Word for word, please restate the lines from the beginning of the data through the line in which "f 210 640 208" appears.
======== Source material
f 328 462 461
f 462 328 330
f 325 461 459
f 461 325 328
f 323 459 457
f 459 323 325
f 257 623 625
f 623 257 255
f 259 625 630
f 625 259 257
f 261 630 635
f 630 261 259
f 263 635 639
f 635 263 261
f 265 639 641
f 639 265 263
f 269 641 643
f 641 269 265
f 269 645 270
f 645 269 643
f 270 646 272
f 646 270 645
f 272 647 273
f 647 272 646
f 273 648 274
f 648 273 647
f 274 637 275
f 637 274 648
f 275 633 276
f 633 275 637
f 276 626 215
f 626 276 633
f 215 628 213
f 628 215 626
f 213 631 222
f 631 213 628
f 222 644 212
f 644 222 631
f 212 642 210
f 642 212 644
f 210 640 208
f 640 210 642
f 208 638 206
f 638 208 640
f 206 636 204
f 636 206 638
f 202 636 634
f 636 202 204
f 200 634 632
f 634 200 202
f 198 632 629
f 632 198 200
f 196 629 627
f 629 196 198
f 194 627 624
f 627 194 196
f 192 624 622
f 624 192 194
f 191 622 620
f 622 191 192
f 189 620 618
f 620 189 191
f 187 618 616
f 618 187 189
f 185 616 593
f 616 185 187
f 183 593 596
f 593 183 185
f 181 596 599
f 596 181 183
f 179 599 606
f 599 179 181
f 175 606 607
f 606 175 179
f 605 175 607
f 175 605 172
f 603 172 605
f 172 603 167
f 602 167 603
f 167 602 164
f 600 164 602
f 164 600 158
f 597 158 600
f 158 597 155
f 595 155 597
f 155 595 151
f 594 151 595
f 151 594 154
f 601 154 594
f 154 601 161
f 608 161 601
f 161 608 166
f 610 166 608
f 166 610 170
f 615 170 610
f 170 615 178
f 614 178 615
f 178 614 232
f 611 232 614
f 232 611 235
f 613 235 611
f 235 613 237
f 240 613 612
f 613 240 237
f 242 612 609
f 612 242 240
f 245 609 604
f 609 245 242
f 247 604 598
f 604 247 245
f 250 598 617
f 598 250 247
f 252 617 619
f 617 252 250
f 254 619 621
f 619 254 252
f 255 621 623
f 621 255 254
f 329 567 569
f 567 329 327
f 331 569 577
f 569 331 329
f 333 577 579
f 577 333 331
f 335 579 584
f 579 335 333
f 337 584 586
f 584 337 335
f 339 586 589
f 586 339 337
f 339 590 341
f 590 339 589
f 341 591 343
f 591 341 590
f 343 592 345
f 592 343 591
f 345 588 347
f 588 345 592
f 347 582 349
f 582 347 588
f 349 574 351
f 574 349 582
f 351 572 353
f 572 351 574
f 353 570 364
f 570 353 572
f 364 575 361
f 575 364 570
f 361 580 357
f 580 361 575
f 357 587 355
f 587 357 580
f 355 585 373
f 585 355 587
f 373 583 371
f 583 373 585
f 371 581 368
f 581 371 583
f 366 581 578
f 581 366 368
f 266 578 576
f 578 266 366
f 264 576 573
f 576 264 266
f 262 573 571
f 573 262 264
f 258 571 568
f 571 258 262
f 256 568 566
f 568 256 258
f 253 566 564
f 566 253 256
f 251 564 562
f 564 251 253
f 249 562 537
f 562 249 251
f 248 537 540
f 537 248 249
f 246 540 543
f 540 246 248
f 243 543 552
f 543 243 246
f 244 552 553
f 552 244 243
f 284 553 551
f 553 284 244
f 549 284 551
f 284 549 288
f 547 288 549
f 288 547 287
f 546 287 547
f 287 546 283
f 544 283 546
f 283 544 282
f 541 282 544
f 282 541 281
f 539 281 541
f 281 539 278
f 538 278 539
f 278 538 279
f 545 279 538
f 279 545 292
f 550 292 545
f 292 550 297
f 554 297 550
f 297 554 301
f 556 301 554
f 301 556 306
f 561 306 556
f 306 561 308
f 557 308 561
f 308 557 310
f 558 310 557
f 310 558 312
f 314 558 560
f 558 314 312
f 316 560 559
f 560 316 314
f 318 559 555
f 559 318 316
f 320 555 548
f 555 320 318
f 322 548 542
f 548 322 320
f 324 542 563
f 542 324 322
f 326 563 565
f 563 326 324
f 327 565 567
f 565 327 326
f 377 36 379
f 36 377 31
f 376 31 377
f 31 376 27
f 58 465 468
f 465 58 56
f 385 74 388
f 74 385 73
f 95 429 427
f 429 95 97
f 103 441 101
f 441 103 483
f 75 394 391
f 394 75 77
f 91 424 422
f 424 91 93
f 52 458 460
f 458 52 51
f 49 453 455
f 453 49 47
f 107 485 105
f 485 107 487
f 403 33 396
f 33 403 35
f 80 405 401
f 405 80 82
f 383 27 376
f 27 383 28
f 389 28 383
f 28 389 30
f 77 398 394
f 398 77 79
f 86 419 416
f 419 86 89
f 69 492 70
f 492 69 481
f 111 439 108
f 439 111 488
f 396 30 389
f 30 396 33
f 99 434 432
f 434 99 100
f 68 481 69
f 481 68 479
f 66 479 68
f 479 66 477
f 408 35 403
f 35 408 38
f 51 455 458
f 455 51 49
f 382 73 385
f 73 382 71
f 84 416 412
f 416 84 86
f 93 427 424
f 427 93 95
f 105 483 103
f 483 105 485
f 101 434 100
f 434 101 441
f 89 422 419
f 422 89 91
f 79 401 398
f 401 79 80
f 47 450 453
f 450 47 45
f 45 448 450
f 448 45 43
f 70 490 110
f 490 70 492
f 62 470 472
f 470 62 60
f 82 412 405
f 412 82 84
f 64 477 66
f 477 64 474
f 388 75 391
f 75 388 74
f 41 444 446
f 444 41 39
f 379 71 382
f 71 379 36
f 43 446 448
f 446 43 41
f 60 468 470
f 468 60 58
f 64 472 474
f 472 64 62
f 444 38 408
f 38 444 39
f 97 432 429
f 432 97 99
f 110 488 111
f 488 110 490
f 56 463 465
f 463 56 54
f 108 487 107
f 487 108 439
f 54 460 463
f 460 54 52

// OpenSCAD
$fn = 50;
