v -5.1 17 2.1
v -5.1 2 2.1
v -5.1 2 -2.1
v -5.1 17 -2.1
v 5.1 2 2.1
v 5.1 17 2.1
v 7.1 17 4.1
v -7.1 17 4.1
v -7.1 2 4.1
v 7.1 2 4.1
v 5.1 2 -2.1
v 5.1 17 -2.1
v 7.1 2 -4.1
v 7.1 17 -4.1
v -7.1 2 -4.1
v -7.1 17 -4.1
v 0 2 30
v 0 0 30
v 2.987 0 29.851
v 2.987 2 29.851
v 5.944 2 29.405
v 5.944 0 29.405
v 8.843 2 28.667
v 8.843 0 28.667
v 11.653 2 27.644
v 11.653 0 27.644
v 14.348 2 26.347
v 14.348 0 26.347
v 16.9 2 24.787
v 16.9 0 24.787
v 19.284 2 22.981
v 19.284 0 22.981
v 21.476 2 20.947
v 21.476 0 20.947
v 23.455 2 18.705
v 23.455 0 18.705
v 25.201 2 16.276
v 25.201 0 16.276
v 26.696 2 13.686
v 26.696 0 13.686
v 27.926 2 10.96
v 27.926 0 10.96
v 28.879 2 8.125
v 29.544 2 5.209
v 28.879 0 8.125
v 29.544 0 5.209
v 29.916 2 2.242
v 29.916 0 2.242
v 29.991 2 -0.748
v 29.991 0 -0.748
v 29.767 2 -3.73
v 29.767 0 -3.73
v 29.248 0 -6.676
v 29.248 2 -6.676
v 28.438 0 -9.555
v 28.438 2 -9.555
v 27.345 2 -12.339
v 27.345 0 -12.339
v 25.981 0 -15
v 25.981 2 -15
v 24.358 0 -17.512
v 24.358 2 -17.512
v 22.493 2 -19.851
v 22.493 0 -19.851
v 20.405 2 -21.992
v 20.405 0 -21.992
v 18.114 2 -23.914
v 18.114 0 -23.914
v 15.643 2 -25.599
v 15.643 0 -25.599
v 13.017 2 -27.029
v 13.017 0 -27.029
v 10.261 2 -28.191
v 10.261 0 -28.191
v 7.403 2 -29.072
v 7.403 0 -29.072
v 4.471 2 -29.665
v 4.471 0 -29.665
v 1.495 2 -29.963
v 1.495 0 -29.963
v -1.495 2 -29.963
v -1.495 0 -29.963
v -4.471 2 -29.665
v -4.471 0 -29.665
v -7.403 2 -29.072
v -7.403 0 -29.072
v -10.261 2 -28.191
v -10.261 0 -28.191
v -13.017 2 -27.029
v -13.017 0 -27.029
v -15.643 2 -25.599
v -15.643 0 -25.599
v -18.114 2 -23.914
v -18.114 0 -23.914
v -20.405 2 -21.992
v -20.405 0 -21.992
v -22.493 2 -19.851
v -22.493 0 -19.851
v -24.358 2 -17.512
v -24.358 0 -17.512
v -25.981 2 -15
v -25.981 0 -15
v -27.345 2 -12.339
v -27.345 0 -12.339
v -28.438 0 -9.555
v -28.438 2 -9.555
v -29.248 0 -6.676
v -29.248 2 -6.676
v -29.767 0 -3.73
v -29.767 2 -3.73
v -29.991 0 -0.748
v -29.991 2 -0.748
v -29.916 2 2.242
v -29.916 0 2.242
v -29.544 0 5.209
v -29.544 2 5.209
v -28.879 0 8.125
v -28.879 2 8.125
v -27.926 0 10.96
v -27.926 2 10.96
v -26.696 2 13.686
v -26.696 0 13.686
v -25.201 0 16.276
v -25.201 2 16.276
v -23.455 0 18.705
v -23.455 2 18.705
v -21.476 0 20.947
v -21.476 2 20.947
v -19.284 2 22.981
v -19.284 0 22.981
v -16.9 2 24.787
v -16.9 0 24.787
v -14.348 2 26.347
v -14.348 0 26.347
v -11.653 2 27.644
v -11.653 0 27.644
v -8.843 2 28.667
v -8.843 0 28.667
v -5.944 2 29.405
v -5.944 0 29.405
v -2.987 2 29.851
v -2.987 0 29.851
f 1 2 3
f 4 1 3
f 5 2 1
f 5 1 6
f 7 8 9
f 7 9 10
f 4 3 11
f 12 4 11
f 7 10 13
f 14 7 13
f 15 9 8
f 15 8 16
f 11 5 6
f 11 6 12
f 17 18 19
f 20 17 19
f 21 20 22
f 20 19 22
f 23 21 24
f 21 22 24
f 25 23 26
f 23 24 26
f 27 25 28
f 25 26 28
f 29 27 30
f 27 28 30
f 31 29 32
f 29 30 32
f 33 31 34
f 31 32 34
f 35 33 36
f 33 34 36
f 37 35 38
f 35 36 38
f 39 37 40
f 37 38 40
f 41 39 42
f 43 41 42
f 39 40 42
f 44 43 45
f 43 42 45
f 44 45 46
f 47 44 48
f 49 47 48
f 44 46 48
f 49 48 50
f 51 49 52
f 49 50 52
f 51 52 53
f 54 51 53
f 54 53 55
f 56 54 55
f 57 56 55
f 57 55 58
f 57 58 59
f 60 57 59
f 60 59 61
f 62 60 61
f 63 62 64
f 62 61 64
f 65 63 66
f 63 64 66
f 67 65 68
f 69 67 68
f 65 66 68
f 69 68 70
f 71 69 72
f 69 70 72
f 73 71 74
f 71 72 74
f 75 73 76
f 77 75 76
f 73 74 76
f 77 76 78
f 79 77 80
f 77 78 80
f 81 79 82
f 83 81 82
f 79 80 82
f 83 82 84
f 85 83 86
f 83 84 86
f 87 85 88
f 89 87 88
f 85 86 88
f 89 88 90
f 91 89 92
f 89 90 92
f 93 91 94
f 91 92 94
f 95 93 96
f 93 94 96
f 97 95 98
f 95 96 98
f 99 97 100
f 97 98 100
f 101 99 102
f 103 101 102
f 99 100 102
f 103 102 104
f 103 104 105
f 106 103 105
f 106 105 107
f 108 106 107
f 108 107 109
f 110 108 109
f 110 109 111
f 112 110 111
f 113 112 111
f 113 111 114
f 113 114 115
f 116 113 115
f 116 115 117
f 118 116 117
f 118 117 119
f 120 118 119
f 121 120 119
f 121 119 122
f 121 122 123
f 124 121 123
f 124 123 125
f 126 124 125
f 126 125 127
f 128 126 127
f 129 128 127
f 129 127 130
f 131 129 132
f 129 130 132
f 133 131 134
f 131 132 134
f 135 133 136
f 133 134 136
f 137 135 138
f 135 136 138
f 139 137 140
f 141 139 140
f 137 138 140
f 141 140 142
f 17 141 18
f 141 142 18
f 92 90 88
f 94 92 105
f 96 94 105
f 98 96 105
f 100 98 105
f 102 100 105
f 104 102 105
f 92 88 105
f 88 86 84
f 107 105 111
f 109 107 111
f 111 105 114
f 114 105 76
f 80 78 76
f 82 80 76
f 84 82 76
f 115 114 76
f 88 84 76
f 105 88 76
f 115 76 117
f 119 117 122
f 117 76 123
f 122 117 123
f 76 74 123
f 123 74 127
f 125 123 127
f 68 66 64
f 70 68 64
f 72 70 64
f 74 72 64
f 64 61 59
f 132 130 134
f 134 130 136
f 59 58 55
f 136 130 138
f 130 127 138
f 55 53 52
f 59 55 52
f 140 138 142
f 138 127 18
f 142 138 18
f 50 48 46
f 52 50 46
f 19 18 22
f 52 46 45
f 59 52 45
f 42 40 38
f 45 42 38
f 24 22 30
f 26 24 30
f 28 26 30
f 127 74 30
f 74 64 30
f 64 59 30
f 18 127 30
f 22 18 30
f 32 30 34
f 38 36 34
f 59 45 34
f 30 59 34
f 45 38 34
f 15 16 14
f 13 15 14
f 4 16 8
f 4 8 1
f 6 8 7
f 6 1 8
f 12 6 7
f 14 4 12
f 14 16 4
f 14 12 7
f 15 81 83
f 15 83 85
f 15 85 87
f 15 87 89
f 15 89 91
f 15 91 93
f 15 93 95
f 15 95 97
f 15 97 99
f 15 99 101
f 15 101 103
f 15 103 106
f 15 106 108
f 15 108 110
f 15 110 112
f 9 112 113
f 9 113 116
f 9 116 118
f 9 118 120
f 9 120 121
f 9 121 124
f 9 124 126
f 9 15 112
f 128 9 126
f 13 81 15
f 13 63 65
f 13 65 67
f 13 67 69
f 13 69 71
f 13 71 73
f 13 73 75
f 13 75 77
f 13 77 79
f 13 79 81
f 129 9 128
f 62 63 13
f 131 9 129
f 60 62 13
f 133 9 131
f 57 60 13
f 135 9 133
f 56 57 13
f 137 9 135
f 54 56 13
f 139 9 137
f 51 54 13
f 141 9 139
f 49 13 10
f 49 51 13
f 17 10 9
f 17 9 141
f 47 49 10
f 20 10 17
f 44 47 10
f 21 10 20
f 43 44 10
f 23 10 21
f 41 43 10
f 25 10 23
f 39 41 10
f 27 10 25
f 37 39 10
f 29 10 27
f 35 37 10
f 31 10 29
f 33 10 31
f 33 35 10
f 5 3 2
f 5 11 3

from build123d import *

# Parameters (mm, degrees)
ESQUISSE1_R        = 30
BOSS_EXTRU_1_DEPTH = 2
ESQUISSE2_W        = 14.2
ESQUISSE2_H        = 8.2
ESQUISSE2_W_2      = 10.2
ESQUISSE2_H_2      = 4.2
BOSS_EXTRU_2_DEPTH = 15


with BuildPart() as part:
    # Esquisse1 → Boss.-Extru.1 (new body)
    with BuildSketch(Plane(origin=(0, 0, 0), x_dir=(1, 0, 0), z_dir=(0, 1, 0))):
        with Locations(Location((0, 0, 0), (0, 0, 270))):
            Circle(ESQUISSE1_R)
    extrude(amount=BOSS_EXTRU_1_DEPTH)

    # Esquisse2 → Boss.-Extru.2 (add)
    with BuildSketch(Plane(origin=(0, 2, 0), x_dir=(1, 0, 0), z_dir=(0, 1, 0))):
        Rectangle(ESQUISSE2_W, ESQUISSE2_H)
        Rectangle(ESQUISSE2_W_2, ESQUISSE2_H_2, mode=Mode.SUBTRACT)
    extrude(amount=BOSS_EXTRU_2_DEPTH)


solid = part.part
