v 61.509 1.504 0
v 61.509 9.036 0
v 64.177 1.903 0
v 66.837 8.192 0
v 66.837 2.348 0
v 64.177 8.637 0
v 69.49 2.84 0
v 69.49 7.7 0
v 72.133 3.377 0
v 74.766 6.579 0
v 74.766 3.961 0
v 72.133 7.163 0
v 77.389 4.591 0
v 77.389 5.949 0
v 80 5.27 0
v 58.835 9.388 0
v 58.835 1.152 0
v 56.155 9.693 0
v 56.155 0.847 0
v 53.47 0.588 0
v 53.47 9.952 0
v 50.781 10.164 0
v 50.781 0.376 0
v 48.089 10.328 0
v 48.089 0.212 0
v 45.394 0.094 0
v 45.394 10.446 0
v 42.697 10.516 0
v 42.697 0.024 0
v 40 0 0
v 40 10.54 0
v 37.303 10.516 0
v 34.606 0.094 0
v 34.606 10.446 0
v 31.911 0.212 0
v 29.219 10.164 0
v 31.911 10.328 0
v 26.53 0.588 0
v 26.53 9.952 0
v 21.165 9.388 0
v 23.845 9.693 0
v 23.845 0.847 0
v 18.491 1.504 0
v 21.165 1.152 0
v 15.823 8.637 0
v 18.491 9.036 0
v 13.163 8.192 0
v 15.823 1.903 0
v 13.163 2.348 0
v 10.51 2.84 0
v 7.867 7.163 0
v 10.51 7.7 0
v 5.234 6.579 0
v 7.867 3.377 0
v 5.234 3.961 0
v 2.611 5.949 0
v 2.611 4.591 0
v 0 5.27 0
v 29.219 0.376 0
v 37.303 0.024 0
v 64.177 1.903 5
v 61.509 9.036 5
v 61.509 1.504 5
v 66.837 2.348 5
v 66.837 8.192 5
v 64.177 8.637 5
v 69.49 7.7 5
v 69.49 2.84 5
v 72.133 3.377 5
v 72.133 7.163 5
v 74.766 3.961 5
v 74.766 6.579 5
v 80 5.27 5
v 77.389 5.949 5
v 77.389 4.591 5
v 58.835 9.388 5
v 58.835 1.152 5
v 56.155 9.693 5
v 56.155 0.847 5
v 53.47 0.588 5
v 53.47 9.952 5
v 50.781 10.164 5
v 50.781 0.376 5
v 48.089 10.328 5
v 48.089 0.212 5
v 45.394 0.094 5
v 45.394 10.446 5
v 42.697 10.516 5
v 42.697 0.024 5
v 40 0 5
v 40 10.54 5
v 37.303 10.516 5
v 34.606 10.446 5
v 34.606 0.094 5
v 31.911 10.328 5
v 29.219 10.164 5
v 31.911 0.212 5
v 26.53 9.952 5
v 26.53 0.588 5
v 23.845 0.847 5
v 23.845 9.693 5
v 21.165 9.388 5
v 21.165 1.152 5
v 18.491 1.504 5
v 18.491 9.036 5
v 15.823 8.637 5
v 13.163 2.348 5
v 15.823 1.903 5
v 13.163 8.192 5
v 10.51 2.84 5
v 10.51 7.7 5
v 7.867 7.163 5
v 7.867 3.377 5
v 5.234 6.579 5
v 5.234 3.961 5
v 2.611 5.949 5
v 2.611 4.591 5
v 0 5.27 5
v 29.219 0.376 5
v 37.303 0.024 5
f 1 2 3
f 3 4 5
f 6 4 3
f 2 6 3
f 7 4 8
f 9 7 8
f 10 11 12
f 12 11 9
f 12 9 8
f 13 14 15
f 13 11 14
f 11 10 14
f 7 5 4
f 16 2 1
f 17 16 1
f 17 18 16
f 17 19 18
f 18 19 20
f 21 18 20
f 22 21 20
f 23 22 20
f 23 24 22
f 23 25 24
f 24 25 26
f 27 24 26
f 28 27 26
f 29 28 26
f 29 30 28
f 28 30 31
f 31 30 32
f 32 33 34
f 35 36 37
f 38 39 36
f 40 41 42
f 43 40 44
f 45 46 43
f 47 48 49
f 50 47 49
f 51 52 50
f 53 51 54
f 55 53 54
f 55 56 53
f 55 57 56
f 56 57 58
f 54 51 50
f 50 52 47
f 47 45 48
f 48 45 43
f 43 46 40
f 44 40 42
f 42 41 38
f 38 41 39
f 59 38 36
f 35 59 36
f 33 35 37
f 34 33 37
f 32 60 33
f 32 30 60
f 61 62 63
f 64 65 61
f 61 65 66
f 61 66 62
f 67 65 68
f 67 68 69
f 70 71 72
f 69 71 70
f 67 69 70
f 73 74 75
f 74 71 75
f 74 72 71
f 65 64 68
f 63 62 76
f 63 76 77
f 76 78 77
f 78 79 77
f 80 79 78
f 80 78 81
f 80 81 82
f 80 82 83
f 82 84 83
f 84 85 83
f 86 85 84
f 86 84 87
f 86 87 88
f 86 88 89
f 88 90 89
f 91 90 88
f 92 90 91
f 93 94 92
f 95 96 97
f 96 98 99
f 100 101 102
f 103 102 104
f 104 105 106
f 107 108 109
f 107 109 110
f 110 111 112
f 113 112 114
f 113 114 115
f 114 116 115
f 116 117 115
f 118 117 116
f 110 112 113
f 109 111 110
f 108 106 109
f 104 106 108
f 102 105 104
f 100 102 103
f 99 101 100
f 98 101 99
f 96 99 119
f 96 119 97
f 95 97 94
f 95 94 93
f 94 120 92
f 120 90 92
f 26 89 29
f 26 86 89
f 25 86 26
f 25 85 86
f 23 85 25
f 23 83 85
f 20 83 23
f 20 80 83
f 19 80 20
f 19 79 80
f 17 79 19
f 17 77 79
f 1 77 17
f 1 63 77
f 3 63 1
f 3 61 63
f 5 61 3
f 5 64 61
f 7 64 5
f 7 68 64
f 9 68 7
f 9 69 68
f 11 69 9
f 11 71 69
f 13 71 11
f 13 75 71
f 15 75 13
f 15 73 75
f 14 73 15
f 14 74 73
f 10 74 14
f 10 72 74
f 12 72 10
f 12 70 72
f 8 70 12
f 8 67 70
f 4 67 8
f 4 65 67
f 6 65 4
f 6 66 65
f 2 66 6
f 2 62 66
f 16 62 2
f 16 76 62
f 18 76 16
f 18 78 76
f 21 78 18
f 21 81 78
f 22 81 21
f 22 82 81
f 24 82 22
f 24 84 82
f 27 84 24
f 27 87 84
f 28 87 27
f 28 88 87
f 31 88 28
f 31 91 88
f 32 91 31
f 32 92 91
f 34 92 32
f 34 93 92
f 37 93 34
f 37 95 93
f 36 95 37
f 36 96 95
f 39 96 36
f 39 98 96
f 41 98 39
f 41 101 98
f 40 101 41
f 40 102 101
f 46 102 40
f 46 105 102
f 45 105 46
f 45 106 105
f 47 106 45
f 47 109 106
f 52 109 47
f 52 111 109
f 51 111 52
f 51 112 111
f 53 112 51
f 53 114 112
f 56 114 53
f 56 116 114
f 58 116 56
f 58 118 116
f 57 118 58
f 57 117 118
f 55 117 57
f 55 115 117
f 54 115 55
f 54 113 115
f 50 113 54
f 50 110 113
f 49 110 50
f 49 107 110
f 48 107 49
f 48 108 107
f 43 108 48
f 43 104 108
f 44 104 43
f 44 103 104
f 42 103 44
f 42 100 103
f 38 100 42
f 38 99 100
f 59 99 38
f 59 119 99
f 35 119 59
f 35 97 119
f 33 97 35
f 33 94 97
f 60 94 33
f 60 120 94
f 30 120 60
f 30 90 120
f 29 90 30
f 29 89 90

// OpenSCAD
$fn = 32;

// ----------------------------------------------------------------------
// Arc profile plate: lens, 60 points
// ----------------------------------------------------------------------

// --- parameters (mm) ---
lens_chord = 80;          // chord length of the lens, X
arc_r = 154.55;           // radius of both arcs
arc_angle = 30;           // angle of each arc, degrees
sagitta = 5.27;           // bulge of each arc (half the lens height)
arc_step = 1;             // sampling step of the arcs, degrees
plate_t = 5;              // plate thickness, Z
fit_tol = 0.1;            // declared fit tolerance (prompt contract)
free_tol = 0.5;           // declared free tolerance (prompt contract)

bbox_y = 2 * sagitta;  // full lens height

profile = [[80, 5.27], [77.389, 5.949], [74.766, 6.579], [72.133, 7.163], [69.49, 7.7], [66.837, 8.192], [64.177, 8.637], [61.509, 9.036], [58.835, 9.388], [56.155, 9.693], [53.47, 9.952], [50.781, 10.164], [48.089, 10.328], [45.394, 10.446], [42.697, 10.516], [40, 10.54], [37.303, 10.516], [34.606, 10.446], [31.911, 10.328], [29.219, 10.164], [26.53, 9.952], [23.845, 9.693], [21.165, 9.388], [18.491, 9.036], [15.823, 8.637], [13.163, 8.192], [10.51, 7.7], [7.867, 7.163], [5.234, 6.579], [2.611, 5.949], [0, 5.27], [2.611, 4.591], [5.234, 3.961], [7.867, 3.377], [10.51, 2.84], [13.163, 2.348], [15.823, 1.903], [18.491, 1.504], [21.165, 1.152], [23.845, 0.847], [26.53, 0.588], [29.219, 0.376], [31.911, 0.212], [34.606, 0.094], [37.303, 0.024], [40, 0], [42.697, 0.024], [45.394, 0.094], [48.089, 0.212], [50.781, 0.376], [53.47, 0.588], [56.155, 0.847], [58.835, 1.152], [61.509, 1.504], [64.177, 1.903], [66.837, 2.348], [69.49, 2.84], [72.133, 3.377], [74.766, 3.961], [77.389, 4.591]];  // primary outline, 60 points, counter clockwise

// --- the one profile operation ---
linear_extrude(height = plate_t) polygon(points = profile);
================
- Exercise response:
f 328 462 461
f 462 328 330
f 325 461 459
f 461 325 328
f 323 459 457
f 459 323 325
f 257 623 625
f 623 257 255
f 259 625 630
f 625 259 257
f 261 630 635
f 630 261 259
f 263 635 639
f 635 263 261
f 265 639 641
f 639 265 263
f 269 641 643
f 641 269 265
f 269 645 270
f 645 269 643
f 270 646 272
f 646 270 645
f 272 647 273
f 647 272 646
f 273 648 274
f 648 273 647
f 274 637 275
f 637 274 648
f 275 633 276
f 633 275 637
f 276 626 215
f 626 276 633
f 215 628 213
f 628 215 626
f 213 631 222
f 631 213 628
f 222 644 212
f 644 222 631
f 212 642 210
f 642 212 644
f 210 640 208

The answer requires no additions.